@attribute CustomerID NUMERIC
@attribute Age {A,B,C,D,E,F,G,H,I,J,K}
@attribute Region {A,B,C,D,E,F,G,H}
@attribute ProductSubClass NUMERIC
@attribute ProductID NUMERIC
@attribute Quantity NUMERIC
@attribute Cost NUMERIC
@attribute sales NUMERIC
@data
00141833,F,F,130207,4710105011011,2,44,52
01376753,E,E,110217,4710265849066,1,150,129
01603071,E,G,100201,4712019100607,1,35,39
01738667,E,F,530105,4710168702901,1,94,119
above is header and a protion of trianing dataset training.arff file I want to use Kmeans clustering and J48 classifier, and I can do it without any problems. and flowing is my test dataset test.arff
@attribute CustomerID NUMERIC
@attribute Age {A,B,C,D,E,F,G,H,I,J,K}
@attribute Region {A,B,C,D,E,F,G,H}
@attribute ProductSubClass NUMERIC
@attribute ProductID INTEGER
@attribute Quantity NUMERIC
@attribute Cost NUMERIC
@attribute sales NUMERIC
@data
1754698,H,A,560402,?,1,676,849
1027365,F,C,530404,?,1,170,219
956710,E,E,500303,?,1,36,59
In both case I ensured ProductID is selected as Class
here is the steps I did
Setp1: assigning "AddCluster" to use K-means clusterig for each instance in the dataset
step2: and then using J48 classificaion algorithm to evaluate the performance of the clustering algorithms using 10-fold cross validation option
Step3: save Finalized Model and close weka (I am closing to test if I can relode and use it agian)

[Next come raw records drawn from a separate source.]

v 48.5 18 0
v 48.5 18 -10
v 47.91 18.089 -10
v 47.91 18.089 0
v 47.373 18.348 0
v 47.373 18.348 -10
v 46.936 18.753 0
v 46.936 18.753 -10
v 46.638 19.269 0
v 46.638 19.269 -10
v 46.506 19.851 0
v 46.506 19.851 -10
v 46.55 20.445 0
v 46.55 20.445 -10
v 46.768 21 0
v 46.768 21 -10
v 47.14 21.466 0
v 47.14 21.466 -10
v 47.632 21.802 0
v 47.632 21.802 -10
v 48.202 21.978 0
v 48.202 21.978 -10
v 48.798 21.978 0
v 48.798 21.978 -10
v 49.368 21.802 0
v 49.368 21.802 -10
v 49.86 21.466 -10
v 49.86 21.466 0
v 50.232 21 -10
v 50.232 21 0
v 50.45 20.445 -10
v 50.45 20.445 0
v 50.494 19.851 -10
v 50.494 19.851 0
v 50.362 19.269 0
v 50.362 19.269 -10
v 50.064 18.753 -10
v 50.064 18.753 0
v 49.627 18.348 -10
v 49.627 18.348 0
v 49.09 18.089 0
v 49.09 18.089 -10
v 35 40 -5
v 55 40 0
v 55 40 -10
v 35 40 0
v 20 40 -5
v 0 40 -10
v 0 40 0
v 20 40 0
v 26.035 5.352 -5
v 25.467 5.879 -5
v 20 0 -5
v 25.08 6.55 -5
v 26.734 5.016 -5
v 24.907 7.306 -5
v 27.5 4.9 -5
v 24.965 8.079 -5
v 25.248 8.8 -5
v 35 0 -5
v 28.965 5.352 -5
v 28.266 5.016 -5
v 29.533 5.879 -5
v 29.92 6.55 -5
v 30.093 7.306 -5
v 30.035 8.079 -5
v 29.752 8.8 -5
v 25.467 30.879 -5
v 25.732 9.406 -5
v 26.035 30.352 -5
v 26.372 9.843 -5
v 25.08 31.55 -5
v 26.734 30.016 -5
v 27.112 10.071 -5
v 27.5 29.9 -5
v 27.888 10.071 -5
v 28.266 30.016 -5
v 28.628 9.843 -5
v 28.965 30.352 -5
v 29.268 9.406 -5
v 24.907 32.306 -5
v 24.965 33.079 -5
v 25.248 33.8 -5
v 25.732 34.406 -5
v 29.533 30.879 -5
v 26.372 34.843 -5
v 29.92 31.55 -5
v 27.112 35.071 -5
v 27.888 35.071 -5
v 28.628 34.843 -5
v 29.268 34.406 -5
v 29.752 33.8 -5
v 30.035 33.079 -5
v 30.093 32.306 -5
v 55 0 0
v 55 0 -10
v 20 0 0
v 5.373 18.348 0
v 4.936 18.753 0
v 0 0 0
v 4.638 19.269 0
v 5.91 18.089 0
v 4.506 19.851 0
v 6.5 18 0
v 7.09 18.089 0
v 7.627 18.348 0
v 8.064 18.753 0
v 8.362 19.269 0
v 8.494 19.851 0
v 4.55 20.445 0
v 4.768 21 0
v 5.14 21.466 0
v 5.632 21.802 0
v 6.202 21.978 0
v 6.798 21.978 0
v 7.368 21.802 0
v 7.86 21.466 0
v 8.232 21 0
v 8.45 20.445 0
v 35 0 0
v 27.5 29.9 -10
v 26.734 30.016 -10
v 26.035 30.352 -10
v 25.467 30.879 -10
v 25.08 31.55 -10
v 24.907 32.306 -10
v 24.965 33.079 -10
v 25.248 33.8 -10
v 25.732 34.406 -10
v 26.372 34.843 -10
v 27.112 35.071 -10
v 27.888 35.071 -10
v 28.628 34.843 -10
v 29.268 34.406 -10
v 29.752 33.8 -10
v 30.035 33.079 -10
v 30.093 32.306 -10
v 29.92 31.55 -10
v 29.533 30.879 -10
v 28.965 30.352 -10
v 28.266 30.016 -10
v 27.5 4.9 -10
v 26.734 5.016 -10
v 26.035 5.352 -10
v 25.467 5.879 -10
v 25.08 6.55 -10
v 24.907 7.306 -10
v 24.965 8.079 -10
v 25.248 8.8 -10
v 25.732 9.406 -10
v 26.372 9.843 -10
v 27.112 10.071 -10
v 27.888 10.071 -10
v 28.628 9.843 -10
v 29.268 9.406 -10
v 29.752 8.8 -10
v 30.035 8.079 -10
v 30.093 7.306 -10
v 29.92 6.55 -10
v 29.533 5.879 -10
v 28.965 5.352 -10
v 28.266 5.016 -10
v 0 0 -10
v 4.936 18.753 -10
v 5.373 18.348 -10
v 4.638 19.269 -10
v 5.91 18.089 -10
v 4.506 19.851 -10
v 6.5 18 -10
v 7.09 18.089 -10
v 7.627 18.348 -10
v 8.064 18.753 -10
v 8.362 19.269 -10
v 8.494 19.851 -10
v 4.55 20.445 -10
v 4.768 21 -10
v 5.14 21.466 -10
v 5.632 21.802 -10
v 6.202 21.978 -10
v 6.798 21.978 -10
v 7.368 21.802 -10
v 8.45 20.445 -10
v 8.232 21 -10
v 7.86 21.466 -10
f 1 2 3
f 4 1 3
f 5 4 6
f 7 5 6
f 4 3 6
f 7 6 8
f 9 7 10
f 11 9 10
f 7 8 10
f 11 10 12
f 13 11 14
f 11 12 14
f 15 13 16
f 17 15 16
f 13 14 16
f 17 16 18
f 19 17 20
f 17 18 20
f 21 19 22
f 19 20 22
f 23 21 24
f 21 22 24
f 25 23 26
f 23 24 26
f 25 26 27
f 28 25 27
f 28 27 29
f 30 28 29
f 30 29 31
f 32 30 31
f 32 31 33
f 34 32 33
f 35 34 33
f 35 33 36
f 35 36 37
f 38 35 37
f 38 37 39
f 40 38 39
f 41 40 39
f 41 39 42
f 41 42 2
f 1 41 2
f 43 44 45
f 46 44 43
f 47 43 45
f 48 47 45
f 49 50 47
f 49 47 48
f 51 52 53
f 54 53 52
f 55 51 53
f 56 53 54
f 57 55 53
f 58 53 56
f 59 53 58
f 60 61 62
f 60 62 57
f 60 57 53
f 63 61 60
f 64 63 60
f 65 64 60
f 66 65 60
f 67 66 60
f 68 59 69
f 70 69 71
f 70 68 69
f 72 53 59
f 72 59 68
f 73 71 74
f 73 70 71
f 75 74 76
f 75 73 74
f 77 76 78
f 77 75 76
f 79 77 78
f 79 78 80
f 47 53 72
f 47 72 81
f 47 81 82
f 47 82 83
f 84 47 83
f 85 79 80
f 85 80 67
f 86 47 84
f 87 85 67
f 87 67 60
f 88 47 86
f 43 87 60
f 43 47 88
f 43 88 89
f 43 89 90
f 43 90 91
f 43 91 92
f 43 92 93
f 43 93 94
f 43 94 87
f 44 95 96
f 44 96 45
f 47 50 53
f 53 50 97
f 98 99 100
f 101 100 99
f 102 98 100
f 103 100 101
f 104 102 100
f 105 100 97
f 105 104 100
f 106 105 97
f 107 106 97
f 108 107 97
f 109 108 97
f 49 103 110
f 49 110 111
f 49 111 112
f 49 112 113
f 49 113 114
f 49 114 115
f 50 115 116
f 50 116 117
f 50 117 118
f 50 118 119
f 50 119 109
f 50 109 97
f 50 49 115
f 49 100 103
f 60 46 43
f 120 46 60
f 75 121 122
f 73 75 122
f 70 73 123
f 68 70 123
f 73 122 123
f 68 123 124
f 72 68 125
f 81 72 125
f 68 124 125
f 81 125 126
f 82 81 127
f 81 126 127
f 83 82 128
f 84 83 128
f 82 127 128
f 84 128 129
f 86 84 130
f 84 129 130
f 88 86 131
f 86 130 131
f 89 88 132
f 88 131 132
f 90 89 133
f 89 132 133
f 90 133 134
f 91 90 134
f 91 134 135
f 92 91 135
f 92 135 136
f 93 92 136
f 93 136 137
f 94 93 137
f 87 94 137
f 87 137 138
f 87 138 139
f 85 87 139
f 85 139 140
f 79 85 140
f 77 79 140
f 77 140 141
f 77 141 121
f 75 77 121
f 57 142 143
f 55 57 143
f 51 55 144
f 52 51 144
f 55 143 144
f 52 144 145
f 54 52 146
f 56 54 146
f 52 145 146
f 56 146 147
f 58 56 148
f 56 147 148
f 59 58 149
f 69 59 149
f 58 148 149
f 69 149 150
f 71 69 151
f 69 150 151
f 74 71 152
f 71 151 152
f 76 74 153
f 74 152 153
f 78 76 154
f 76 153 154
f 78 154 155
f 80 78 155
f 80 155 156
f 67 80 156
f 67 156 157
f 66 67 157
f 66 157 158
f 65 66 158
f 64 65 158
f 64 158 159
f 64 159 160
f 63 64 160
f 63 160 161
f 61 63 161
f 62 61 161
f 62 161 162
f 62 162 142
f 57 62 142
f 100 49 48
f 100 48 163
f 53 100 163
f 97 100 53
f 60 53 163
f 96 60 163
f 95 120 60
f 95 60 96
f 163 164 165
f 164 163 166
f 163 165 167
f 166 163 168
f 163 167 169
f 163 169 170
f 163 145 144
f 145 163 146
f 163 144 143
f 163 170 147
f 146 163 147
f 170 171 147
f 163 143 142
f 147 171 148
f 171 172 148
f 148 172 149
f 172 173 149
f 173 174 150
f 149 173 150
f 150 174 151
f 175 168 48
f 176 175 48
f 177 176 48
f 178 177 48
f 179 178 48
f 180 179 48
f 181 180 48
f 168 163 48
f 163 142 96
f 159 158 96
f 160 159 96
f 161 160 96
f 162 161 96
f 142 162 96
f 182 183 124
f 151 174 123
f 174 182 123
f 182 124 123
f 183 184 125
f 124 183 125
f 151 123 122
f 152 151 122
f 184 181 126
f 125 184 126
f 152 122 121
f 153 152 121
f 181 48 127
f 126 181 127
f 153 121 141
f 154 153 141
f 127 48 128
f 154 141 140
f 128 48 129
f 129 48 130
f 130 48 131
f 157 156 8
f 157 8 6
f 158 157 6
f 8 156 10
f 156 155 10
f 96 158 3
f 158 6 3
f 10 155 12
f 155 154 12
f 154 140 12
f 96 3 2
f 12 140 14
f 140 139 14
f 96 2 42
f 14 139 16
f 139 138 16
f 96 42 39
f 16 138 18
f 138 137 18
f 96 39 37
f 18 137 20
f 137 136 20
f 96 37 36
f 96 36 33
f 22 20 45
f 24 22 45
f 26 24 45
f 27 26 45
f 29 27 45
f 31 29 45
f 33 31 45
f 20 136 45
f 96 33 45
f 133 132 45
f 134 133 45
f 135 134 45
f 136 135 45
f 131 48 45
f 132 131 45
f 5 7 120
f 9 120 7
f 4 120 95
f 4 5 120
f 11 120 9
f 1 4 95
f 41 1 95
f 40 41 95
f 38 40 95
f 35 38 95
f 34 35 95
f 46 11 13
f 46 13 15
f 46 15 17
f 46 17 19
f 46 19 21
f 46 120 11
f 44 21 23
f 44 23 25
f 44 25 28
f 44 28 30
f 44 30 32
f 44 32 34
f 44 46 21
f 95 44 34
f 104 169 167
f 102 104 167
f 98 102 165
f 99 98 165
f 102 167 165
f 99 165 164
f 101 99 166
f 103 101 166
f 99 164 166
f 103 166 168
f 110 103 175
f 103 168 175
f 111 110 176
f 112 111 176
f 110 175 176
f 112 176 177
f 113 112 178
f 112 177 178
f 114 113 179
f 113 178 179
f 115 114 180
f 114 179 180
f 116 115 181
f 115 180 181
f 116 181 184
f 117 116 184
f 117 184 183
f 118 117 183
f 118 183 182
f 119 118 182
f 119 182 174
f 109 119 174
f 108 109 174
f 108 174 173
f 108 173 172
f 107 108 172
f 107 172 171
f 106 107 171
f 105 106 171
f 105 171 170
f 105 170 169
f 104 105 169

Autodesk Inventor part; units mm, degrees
ref_plane "YZ Plane" through (0, 0, 0) normal (1, 0, 0) x (0, 1, 0)
ref_plane "XZ Plane" through (0, 0, 0) normal (0, 1, 0) x (-1, 0, 0)
ref_plane "XY Plane" through (0, 0, 0) normal (0, 0, 1) x (1, 0, 0)
sketch "Sketch2" plane through (0, 0, 0) normal (0, 0, 1) x (1, 0, 0)
  line L0 (0, 0) -> (55, 0)
  line L1 (55, 0) -> (55, 40)
  line L2 (55, 40) -> (0, 40)
  line L3 (0, 40) -> (0, 0)
  line L4 (35, 40) -> (35, 0)
  line L5 (20, 40) -> (20, 0)
  line L6 (0, 20) -> (55, 20) construction
  line L7 (27.5, 0) -> (27.5, 40) construction
  circle A0 centre (6.5, 20) radius 2
  circle A1 centre (48.5, 20) radius 2
  circle A2 centre (27.5, 7.5) radius 2.6
  circle A3 centre (27.5, 32.5) radius 2.6
  point P0 (27.5, 7.5)
  point P1 (6.5, 20)
  point P2 (27.5, 32.5)
  dimension "d19" = 55
  dimension "d20" = 40
  dimension "d21" = 20
  dimension "d23" = 6.5
  dimension "d24" = 7.5
  dimension "d25" = 4
  dimension "d26" = 5.2
extrude "Extrusion1" add sketch "Sketch2" against normal blind 10 contours L3 L2 L5 L0 | L5 L2 L4 L0 | L4 L2 L1 L0 | A0 | A1 | A2 | A3
extrude "Extrusion2" cut sketch "Sketch2" against normal blind 5 contours L5 L2 L4 L0
hole "Hole1" at (6.5, 20, 0) at (48.5, 20, 0) direction (0, 0, -1) diameter 4 end through all
hole "Hole2" at (27.5, 7.5, 0) at (27.5, 32.5, 0) direction (0, 0, -1) diameter 5.2 end through all
thread "Thread3" size "M4x0.7" class "6H" standard "ISO Metric profile" full length
thread "Thread4" size "M4x0.7" class "6H" standard "ISO Metric profile" full length
properties part number "Leadscrew Bearing Bracket" material "Stainless Steel"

Step4:Load the Model in weaka (Useing "Load Model")
step5: This time I am selecting "supplied test set" and select test file to predict (which is same formate as I mentioned in the questien above)
step6: I am trying "Re-evaluate model on current test set"

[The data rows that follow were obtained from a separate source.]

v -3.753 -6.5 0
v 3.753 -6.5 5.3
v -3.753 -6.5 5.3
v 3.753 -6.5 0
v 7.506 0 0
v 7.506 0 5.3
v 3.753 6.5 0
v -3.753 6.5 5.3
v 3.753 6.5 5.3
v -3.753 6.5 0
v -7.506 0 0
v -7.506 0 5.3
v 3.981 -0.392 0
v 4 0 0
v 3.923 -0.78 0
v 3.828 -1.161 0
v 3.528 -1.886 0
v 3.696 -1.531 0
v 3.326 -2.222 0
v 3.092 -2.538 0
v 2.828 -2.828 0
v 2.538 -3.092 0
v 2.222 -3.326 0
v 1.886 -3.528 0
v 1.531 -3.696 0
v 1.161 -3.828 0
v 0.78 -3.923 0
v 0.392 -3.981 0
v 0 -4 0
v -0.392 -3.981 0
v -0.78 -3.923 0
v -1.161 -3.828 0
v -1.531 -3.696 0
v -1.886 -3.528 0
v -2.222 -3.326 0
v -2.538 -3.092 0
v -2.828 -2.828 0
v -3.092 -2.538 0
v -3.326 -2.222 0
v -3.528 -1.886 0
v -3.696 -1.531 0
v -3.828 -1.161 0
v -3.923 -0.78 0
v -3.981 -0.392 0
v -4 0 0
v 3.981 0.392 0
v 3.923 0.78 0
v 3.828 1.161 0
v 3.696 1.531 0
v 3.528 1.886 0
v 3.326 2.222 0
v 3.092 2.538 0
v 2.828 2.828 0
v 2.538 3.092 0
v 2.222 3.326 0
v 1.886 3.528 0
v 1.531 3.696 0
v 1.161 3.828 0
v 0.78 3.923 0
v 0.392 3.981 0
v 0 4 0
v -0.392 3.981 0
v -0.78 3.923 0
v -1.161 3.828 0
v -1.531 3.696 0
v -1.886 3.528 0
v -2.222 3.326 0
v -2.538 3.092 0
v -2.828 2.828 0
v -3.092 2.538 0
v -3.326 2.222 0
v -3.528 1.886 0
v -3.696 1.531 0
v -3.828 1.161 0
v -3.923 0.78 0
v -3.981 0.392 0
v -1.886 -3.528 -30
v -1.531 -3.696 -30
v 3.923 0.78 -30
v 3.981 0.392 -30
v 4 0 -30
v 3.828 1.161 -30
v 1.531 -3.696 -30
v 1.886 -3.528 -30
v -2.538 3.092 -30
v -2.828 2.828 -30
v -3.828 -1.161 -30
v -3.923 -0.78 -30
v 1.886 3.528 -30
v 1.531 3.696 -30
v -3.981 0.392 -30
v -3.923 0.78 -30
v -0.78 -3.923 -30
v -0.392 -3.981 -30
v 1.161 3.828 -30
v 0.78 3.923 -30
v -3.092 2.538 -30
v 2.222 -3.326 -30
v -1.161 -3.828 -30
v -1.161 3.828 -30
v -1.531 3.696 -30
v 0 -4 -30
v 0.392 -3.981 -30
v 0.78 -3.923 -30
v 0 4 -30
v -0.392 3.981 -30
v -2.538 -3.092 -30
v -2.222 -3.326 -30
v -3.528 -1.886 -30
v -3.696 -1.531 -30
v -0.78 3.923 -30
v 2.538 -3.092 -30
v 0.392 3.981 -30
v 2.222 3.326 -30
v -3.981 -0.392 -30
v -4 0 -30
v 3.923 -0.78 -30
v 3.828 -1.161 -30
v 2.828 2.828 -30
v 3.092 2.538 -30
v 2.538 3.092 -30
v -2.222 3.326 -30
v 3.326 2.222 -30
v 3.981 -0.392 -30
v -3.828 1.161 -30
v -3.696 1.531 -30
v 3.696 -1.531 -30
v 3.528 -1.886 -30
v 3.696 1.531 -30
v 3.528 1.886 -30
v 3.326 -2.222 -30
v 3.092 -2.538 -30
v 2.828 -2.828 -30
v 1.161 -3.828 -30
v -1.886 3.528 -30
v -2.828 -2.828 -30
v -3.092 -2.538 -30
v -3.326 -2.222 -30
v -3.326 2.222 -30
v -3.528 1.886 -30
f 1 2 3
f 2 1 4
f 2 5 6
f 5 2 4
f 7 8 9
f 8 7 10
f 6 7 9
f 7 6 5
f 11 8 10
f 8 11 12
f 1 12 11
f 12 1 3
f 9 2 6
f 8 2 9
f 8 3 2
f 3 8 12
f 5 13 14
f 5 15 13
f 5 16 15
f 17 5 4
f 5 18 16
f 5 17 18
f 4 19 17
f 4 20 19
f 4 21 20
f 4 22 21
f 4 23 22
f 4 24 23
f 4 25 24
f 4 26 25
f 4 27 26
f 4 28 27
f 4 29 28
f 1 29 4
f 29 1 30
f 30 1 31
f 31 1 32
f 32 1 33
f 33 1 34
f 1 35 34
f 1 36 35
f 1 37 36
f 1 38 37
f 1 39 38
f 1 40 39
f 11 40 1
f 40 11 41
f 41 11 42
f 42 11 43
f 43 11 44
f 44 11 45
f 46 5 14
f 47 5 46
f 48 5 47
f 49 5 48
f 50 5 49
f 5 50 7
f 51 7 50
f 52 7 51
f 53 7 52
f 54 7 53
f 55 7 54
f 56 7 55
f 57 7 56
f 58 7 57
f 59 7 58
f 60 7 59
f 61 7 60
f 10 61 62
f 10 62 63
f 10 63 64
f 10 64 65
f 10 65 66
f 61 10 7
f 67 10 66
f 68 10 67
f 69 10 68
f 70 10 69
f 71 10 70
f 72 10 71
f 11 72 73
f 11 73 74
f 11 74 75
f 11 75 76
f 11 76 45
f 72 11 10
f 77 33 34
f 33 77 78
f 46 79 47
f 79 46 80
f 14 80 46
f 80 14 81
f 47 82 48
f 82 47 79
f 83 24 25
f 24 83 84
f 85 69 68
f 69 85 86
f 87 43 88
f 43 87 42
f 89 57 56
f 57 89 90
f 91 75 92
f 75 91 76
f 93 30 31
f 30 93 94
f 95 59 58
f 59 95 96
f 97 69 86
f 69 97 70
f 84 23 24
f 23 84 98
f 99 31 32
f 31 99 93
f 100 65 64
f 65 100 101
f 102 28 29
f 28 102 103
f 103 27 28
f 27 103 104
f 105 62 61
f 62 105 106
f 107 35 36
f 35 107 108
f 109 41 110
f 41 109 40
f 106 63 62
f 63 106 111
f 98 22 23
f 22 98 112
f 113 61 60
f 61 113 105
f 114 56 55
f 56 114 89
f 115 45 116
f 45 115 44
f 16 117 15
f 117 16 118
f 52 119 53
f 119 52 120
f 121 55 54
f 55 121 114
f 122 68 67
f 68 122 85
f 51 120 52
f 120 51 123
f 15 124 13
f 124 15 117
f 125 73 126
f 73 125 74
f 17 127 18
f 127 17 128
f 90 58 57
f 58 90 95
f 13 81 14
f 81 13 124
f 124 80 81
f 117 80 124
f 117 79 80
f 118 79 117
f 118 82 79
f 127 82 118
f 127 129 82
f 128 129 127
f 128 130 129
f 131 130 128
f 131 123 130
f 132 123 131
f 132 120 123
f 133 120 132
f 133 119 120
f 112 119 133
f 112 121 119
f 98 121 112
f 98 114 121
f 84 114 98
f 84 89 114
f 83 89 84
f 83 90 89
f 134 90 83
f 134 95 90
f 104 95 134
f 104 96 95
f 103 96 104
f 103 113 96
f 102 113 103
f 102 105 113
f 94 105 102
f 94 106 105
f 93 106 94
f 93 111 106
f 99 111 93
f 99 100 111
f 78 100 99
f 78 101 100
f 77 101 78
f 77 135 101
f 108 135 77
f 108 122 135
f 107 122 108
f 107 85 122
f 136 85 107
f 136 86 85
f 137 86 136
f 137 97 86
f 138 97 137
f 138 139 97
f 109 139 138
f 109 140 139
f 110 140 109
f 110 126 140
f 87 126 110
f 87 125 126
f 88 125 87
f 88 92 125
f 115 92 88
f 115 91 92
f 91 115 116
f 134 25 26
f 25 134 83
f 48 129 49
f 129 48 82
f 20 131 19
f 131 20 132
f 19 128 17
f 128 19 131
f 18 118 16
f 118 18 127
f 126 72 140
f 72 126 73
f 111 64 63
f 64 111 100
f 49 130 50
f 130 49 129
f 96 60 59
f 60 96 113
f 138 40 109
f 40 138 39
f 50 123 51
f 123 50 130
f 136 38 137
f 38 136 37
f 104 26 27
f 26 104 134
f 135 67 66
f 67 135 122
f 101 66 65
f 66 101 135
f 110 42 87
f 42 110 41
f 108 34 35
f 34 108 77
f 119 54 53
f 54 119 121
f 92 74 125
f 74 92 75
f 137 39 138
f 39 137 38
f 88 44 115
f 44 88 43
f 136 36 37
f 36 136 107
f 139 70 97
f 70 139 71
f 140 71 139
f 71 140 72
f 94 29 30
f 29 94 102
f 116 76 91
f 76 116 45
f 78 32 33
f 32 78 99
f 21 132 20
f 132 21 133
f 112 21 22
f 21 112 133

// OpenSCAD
// M8 六角ボルト
// 頭部: 対辺距離 13mm, 高さ 5.3mm
// シャンク: 直径 8mm, 長さ 30mm

across_flats = 13;
head_height = 5.3;
shank_diameter = 8;
shank_length = 30;

// 対辺距離から外接円半径を計算
head_radius = across_flats / 2 / cos(30);

module hex_bolt() {
    // 頭部(六角柱) z=0 から z=head_height へ
    cylinder(h = head_height, r = head_radius, $fn = 6);

    // シャンク(円柱) z=0 から z=-shank_length へ
    translate([0, 0, -shank_length])
        cylinder(h = shank_length, d = shank_diameter, $fn = 64);
}

hex_bolt();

But here I am getting a notificaion "Data used to train mode test set are not compatible.would you like to automiatically wrap the classifier in an "inputMappedClassifier before proceeding ?"" If I click "NO" it shows "Train and test set are not compatible ... 5 != 6" and if "YES" it gives following output inthe plainText:
=== Predictions on user test set ===
inst# actual predicted error prediction
1 ? 0 ?
2 ? 0 ?
3 ? 0 ?
4 ? 0 ?
5 ? 0 ?
6 ? 0 ?
7 ? 0 ?
8 ? 0 ?
9 ? 0 ?
10 ? 0 ?
11 ? 0 ?
12 ? 0 ?
13 ? 0 ?
14 ? 0 ?
15 ? 0 ?
16 ? 1 ?
17 ? 0 ?
18 ? 0 ?
19 ? 0 ?
20 ? 0 ?
21 ? 0 ?
Now 1. Is it possible to Using Numeric field ProductID as a class because I have to predict customer choice of product based on ProductID under consideration other attributes.
NOTE: I am using Weka 3.8.1 GUI
Possibly, your test dataset is missing the cluster-id that the K-Means clustering operation might have added to the training set (Did you tell Weka to do so?), but did not not add to the test data set.
Aside from that, the whole point of K-Means is to use it for clustering and not for classification.
So frankly, you are applying things incorrectly, not giving us readers enough information (J48?), and asking (at least) two questions here.